*Task*: For each line in the data below that has the word "centre", copy that line.

*Stored data entries*:
"""
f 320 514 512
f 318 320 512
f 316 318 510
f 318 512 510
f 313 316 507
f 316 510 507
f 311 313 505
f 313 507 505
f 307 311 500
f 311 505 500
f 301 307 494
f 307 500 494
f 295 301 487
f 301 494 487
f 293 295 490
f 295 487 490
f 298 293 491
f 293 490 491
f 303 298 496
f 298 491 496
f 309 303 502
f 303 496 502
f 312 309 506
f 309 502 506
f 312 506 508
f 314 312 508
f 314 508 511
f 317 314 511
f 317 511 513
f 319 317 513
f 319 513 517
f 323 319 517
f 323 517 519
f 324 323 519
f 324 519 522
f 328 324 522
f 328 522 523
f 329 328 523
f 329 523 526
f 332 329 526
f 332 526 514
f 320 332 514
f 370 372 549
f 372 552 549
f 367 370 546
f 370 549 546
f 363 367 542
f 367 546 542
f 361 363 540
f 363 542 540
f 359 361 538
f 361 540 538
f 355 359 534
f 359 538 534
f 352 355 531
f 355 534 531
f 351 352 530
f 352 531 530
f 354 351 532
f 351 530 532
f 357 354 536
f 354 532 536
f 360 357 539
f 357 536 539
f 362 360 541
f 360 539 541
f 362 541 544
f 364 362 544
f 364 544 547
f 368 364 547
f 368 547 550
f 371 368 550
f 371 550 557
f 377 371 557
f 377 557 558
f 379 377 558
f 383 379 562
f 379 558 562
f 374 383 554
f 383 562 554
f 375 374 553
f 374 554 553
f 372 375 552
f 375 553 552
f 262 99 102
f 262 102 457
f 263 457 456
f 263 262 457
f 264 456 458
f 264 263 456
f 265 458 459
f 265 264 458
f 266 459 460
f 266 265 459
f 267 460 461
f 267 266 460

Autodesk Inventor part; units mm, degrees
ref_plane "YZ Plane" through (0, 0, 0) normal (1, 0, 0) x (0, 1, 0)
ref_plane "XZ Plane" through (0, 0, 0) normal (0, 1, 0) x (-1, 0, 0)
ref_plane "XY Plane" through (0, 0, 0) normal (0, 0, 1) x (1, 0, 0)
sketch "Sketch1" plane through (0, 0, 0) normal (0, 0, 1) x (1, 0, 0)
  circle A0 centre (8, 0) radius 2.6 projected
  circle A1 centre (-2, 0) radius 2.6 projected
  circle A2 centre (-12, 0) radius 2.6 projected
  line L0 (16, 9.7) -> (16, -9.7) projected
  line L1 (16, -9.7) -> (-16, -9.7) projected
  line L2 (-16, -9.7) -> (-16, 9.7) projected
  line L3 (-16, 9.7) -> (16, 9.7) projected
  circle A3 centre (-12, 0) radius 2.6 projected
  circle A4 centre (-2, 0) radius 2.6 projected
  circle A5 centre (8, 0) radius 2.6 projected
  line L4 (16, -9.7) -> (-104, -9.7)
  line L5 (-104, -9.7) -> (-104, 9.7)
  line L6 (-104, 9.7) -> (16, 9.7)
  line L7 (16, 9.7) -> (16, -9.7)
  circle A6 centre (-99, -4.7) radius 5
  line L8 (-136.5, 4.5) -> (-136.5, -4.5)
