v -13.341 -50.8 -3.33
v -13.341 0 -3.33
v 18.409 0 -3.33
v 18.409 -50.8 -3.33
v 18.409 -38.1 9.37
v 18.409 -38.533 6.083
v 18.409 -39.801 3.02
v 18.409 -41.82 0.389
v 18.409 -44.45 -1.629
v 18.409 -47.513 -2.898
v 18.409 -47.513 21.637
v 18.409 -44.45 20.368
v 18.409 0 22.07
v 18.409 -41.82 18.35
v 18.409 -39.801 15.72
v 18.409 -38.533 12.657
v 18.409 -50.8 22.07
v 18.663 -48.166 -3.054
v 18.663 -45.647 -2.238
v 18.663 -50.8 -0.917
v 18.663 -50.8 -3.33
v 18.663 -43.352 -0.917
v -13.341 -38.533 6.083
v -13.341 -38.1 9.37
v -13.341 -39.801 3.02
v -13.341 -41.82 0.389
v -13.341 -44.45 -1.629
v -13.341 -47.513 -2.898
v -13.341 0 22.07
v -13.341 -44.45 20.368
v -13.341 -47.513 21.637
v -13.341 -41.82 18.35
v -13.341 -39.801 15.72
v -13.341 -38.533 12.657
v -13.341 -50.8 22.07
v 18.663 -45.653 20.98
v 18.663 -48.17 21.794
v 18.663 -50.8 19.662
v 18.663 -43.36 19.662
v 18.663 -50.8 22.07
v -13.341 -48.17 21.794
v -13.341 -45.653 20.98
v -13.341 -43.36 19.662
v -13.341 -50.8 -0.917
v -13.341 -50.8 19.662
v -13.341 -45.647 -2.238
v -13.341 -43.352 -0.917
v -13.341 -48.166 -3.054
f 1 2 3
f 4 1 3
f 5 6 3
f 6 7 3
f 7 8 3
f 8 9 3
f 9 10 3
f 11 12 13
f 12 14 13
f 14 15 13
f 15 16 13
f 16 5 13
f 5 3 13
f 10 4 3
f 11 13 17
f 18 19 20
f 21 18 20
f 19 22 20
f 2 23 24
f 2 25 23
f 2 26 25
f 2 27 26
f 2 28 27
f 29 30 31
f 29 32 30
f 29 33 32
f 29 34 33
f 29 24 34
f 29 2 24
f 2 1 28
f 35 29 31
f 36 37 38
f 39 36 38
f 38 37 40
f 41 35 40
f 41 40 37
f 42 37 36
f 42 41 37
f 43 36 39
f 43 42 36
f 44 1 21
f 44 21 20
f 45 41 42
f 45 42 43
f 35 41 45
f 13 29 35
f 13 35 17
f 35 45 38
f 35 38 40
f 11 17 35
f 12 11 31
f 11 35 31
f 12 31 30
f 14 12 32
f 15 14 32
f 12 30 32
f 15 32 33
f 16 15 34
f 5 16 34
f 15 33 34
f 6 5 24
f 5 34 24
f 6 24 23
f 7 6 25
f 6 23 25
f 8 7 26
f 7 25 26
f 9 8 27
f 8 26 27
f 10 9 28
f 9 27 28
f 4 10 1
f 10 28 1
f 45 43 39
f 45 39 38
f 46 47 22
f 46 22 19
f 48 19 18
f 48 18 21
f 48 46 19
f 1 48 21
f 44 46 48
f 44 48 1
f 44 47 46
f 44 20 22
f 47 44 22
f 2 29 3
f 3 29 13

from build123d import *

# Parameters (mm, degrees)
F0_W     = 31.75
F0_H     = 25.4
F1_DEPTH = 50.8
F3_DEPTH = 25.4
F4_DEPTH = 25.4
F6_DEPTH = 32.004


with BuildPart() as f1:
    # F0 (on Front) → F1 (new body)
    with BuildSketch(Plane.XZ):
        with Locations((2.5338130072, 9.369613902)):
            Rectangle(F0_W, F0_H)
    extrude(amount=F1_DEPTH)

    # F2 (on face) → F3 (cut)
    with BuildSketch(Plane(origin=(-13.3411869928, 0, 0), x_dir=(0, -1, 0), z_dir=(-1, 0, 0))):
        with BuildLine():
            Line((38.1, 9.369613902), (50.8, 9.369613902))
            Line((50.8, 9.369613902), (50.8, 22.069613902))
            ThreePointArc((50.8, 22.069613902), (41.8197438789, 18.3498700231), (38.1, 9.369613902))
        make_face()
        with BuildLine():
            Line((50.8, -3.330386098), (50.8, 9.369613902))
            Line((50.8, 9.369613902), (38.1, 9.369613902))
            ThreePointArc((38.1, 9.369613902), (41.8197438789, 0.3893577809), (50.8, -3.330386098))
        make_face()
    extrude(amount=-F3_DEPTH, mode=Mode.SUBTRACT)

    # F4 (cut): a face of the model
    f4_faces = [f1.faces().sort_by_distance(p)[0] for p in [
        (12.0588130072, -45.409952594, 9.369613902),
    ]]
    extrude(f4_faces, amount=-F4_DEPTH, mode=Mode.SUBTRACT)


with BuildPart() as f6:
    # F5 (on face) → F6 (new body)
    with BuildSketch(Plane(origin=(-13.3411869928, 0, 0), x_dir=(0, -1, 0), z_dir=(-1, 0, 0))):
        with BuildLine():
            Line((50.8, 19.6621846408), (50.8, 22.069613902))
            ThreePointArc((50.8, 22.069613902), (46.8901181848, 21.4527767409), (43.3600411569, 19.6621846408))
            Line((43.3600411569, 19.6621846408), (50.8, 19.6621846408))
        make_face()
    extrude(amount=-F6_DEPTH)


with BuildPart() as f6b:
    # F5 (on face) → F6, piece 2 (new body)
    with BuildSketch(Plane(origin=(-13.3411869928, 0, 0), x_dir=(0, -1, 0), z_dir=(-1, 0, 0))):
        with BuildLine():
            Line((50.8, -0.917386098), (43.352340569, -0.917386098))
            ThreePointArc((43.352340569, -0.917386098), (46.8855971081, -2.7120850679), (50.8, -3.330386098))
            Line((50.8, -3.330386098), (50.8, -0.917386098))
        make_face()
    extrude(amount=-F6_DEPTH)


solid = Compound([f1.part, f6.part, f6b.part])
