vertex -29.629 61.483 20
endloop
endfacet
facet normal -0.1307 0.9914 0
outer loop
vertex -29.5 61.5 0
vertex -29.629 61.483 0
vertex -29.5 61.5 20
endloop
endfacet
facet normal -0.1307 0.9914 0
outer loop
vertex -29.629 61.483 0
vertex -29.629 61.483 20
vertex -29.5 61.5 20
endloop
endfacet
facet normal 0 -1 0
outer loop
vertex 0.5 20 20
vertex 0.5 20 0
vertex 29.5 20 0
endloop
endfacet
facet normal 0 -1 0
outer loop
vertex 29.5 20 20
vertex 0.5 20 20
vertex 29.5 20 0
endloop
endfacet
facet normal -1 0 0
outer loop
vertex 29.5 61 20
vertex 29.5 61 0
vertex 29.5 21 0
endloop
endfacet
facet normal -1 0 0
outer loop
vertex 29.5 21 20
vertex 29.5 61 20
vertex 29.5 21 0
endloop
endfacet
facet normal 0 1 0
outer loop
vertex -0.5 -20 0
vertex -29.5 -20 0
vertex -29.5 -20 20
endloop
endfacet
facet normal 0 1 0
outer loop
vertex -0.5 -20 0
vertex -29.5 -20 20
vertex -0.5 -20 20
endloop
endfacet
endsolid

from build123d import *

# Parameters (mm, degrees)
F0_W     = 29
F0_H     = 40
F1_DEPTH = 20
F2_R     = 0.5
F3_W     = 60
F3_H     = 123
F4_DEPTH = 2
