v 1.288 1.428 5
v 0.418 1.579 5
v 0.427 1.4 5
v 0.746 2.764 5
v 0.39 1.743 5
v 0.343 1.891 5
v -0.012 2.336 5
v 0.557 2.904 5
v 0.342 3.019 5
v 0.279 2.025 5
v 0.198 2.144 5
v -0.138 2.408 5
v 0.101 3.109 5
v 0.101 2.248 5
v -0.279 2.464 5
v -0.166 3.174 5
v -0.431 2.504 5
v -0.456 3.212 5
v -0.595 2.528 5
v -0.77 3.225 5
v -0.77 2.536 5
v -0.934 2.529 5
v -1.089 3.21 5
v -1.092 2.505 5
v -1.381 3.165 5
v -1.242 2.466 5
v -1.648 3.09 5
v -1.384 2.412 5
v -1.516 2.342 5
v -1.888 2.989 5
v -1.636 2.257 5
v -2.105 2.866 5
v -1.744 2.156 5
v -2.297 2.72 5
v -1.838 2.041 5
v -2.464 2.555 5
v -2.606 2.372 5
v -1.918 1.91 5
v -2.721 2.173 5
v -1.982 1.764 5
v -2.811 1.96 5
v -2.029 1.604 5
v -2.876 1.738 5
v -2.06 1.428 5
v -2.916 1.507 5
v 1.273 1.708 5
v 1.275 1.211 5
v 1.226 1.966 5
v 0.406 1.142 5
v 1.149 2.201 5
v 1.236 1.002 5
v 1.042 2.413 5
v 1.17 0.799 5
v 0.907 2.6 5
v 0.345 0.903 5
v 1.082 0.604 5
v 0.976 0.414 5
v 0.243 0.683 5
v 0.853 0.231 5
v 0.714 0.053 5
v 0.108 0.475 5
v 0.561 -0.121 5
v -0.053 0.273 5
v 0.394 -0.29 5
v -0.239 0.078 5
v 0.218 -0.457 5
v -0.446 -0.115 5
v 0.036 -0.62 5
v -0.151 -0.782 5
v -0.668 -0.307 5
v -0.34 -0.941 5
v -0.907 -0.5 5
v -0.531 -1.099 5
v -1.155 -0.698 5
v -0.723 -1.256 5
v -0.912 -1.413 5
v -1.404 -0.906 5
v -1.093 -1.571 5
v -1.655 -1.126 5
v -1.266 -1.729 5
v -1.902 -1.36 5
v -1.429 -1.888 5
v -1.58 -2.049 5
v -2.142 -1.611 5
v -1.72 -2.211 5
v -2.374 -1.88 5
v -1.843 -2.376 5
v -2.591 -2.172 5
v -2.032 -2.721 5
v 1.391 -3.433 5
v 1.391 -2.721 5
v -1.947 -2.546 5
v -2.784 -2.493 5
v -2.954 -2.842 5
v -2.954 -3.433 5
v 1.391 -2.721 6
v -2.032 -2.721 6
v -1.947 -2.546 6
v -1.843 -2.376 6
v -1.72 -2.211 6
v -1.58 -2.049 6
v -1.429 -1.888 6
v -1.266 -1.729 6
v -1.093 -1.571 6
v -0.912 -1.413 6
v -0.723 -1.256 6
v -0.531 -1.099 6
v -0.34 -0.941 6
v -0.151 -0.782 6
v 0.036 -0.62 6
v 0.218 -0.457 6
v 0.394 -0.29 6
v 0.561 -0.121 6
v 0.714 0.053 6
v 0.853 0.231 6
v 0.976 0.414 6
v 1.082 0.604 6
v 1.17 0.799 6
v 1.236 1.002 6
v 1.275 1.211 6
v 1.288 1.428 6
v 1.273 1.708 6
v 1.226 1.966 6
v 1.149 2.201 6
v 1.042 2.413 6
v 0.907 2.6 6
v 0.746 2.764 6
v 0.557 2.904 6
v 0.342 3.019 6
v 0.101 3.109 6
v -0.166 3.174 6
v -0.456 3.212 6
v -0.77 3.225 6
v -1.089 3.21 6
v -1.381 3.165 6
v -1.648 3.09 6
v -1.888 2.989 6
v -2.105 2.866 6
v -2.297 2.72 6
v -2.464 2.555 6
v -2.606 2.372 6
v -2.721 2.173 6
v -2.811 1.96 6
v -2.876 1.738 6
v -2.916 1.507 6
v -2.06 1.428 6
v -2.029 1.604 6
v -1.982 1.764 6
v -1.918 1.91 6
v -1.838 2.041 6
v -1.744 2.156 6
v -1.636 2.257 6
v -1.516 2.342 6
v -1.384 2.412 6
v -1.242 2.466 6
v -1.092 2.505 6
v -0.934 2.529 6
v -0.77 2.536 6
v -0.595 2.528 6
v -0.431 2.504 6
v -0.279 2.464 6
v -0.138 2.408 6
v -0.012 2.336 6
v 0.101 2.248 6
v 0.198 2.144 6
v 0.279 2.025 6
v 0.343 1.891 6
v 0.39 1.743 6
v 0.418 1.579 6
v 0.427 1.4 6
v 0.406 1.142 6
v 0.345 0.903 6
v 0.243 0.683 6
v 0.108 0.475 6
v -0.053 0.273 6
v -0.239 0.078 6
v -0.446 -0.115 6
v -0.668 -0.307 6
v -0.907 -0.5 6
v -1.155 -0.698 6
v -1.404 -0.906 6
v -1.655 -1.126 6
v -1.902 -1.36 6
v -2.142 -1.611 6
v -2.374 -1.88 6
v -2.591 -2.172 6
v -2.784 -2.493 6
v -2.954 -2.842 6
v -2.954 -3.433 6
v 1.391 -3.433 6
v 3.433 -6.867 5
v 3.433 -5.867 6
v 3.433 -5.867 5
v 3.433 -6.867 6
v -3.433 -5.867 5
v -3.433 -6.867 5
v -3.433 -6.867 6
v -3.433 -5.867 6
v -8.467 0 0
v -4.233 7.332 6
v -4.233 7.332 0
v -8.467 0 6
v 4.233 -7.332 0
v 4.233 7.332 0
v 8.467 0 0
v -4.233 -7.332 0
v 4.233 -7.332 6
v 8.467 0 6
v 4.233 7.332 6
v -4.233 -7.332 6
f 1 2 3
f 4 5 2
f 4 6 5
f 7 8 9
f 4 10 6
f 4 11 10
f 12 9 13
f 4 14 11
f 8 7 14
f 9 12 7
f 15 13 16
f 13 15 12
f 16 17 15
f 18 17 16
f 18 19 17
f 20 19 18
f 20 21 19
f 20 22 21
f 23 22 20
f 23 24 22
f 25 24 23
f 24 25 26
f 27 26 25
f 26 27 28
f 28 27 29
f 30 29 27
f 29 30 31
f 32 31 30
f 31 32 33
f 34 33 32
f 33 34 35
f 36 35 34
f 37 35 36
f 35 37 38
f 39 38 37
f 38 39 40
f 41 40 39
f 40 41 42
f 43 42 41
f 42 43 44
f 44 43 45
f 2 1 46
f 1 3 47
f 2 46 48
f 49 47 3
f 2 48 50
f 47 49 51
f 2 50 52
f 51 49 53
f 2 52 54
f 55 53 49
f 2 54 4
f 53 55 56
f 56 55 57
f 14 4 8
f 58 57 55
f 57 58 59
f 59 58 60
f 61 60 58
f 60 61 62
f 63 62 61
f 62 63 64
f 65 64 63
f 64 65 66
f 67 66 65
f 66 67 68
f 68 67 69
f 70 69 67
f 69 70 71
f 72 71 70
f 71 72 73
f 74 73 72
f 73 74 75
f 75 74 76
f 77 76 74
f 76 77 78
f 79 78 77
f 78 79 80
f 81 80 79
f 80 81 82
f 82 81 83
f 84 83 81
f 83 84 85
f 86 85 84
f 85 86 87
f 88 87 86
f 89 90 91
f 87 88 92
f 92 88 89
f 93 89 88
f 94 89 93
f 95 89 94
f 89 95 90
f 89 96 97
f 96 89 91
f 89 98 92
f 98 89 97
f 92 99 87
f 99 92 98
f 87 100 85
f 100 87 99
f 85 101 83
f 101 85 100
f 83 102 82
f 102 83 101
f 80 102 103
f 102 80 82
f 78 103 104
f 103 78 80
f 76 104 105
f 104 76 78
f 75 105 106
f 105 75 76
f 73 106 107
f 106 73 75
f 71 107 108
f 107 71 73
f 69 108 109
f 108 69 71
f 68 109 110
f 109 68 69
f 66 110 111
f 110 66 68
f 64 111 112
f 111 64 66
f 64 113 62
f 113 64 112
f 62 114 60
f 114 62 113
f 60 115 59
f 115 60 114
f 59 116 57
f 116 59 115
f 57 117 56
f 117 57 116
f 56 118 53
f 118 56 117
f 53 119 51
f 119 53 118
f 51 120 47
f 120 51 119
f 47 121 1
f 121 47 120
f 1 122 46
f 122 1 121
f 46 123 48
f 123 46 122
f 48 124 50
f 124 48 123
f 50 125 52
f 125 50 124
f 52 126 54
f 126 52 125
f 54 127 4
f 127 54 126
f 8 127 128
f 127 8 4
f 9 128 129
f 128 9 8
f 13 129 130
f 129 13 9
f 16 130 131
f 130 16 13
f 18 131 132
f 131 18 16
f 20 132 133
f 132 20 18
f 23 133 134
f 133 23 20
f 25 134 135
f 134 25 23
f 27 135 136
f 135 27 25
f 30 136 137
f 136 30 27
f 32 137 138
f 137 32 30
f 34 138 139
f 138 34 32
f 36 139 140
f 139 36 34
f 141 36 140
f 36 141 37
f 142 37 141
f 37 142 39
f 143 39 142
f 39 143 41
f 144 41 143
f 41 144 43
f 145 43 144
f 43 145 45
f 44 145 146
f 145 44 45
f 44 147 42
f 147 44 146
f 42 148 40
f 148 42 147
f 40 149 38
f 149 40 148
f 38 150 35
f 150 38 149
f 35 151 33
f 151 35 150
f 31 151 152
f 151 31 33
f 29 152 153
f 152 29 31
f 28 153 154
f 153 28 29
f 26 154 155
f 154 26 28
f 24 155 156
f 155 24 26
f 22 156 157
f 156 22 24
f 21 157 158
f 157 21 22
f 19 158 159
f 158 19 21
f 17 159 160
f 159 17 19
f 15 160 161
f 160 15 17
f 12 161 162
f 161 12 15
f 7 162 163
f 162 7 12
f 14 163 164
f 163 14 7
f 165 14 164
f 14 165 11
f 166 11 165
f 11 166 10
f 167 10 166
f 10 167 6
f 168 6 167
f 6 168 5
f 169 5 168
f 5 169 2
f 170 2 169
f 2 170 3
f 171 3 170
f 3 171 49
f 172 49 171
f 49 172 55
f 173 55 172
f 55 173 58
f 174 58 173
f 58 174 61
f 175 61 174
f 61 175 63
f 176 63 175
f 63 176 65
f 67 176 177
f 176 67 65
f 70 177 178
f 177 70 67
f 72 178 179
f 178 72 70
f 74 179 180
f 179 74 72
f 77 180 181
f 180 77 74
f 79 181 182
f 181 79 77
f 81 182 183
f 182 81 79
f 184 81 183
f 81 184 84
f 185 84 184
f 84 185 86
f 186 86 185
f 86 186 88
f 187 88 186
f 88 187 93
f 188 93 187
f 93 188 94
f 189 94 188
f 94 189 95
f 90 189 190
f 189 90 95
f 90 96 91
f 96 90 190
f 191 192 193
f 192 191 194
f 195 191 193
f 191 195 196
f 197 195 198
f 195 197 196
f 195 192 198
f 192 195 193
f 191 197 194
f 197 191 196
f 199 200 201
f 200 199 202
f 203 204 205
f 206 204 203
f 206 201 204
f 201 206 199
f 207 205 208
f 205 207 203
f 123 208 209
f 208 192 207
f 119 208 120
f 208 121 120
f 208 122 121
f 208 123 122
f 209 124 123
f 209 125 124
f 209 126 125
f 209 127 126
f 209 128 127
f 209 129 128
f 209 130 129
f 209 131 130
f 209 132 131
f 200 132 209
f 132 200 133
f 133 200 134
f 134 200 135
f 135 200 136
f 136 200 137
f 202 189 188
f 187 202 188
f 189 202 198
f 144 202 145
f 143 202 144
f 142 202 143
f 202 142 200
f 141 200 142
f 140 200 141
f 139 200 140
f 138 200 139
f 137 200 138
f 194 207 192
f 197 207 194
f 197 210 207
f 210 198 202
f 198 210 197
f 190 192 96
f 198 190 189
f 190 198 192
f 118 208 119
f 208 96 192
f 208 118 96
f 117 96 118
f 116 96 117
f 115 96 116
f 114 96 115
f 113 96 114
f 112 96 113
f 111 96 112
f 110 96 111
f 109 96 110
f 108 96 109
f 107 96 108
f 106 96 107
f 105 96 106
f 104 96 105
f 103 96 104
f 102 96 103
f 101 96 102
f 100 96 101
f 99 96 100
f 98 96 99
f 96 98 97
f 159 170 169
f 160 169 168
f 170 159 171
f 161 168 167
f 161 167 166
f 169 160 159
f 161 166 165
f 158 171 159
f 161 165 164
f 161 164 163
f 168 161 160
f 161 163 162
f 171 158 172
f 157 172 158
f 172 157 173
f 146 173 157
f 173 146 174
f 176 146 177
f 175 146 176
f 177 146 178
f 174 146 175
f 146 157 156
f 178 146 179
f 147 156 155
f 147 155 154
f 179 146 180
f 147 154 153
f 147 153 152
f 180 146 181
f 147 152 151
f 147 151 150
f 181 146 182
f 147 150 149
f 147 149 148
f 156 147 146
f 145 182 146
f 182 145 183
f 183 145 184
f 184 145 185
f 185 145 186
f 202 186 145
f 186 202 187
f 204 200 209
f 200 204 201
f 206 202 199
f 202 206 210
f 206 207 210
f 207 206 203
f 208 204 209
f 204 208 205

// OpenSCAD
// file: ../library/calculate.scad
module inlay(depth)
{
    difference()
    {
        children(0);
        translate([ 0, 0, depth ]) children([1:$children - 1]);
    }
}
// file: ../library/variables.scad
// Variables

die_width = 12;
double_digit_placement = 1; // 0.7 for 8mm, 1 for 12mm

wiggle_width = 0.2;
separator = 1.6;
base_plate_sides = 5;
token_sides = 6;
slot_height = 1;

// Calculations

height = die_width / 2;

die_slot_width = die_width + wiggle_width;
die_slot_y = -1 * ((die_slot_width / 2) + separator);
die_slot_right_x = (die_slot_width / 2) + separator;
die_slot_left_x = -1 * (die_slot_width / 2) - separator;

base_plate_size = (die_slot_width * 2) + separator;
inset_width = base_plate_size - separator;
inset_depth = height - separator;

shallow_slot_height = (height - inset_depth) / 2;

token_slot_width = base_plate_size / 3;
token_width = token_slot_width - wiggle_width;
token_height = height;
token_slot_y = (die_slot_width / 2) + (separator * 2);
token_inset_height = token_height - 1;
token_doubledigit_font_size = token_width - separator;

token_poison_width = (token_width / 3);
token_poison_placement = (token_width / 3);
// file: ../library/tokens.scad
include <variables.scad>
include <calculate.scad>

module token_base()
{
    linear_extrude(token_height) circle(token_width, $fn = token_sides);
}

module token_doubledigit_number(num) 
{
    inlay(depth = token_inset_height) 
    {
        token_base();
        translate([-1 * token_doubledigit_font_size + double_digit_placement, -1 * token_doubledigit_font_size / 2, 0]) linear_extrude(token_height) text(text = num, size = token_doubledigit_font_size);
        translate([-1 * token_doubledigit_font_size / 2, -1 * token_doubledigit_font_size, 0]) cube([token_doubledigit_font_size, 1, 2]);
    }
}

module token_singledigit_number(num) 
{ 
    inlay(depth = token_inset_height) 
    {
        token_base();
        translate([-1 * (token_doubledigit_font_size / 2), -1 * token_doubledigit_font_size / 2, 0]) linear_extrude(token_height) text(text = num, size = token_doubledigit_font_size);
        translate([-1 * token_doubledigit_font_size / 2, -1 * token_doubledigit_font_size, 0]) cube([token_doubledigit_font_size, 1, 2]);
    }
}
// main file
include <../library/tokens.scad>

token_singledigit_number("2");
"""
*Exercise answer*:
  circle A0 centre (8, 0) radius 2.6 projected
  circle A1 centre (-2, 0) radius 2.6 projected
  circle A2 centre (-12, 0) radius 2.6 projected
  circle A3 centre (-12, 0) radius 2.6 projected
  circle A4 centre (-2, 0) radius 2.6 projected
  circle A5 centre (8, 0) radius 2.6 projected
  circle A6 centre (-99, -4.7) radius 5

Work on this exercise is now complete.